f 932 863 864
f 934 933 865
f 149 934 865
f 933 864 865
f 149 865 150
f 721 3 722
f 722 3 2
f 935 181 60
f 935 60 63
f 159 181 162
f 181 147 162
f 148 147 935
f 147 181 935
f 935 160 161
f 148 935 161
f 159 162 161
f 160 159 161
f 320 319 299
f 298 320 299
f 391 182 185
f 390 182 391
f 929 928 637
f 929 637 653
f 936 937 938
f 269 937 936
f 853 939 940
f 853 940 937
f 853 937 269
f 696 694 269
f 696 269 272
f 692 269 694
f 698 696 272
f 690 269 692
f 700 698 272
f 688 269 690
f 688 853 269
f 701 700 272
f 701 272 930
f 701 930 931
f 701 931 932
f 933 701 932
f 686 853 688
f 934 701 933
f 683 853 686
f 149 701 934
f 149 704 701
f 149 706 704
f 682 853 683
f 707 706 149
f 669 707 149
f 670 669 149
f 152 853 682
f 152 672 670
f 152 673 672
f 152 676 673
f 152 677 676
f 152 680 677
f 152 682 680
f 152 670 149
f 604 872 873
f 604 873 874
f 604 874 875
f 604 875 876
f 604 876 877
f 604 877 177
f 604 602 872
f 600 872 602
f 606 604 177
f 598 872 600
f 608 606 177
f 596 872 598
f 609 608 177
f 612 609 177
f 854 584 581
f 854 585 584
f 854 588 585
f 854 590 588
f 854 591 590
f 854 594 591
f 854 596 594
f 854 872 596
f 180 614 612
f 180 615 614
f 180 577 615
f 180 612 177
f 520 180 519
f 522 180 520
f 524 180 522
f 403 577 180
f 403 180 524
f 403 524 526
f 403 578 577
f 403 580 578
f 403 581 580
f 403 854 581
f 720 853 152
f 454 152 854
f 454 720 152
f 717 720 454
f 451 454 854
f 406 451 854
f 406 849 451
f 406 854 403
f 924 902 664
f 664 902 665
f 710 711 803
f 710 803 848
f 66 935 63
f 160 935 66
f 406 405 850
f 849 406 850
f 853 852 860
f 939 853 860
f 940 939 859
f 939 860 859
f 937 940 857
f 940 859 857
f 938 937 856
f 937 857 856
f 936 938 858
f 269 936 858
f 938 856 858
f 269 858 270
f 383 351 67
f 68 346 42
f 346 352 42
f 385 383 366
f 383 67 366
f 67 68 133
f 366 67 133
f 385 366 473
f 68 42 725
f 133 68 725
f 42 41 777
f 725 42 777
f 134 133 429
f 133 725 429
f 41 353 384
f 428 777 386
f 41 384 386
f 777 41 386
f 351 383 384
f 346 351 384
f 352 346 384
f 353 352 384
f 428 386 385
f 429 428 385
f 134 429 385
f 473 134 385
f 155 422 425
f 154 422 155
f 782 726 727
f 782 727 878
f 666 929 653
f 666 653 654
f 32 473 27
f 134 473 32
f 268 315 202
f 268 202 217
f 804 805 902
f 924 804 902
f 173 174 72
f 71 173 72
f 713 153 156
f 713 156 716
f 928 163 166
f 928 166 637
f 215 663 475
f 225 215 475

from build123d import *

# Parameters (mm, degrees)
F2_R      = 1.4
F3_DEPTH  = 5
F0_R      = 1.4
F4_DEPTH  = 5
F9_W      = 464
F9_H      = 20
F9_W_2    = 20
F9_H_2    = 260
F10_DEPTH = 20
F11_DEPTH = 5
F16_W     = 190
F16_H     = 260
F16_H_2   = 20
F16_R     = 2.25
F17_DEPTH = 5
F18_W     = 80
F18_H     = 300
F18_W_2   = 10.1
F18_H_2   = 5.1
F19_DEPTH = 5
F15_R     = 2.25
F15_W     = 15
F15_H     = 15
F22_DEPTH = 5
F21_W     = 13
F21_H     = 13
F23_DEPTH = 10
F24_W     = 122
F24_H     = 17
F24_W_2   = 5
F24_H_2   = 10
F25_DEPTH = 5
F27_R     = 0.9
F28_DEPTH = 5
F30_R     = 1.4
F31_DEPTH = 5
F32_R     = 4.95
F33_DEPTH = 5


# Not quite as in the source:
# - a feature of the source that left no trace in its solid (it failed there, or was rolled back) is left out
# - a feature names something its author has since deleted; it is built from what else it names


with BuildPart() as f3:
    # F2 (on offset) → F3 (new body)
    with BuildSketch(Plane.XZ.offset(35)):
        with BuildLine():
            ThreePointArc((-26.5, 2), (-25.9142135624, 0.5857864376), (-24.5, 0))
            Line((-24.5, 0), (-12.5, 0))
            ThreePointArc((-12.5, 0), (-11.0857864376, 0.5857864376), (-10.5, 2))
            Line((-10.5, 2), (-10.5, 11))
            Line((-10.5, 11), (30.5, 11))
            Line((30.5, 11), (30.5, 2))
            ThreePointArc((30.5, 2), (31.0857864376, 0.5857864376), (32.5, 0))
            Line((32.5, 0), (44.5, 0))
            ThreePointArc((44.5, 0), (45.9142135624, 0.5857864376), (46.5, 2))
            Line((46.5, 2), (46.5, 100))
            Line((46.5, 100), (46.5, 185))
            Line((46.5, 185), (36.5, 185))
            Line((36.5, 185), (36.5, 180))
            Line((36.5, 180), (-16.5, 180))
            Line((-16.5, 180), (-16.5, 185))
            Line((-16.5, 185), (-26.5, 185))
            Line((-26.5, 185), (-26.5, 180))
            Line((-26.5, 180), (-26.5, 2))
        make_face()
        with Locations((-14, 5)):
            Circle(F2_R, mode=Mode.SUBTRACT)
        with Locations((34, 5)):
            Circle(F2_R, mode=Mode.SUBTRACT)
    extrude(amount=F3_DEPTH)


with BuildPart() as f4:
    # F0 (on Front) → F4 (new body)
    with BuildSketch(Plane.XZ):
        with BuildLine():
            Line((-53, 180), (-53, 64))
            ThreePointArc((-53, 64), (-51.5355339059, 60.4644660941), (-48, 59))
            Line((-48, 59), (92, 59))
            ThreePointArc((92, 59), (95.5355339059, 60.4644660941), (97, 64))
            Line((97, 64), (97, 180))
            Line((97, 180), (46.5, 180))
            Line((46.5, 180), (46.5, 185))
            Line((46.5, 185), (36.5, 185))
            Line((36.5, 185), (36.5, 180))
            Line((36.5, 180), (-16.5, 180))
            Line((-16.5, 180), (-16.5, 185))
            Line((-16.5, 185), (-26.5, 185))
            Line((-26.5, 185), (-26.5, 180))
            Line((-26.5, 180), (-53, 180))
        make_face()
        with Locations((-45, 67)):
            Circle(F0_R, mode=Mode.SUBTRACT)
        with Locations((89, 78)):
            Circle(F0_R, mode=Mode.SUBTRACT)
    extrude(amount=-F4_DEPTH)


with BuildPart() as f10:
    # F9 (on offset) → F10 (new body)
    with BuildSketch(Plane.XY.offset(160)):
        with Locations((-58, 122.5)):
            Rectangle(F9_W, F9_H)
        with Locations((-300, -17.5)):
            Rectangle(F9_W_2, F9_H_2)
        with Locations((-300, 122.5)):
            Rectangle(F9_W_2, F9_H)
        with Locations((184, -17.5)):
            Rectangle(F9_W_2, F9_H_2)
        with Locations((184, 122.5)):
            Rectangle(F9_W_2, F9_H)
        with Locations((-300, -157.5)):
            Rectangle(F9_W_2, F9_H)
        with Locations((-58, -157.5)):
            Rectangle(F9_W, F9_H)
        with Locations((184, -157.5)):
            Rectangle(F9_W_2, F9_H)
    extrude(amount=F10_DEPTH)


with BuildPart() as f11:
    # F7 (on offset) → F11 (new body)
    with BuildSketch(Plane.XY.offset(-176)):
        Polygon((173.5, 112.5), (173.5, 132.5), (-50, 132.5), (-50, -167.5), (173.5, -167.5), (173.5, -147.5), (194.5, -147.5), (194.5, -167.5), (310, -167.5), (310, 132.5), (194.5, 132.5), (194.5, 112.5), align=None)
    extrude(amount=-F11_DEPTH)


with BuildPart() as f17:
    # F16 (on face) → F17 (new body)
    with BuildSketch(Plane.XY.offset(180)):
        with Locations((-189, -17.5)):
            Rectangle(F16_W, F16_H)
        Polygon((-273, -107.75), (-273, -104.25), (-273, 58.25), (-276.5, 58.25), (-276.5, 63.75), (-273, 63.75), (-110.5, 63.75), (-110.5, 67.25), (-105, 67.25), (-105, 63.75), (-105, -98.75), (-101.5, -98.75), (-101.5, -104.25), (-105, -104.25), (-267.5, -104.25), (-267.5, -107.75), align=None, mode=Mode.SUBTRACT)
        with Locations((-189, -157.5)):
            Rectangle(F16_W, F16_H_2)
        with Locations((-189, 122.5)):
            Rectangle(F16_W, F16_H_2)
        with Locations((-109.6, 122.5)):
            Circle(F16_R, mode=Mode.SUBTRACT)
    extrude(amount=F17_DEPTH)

**Task to carry out:**
In the listing above, locate each line with "extrude" and copy it.

**Solution to the problem:**
    extrude(amount=F3_DEPTH)
    extrude(amount=-F4_DEPTH)
    extrude(amount=F10_DEPTH)
    extrude(amount=-F11_DEPTH)
    extrude(amount=F17_DEPTH)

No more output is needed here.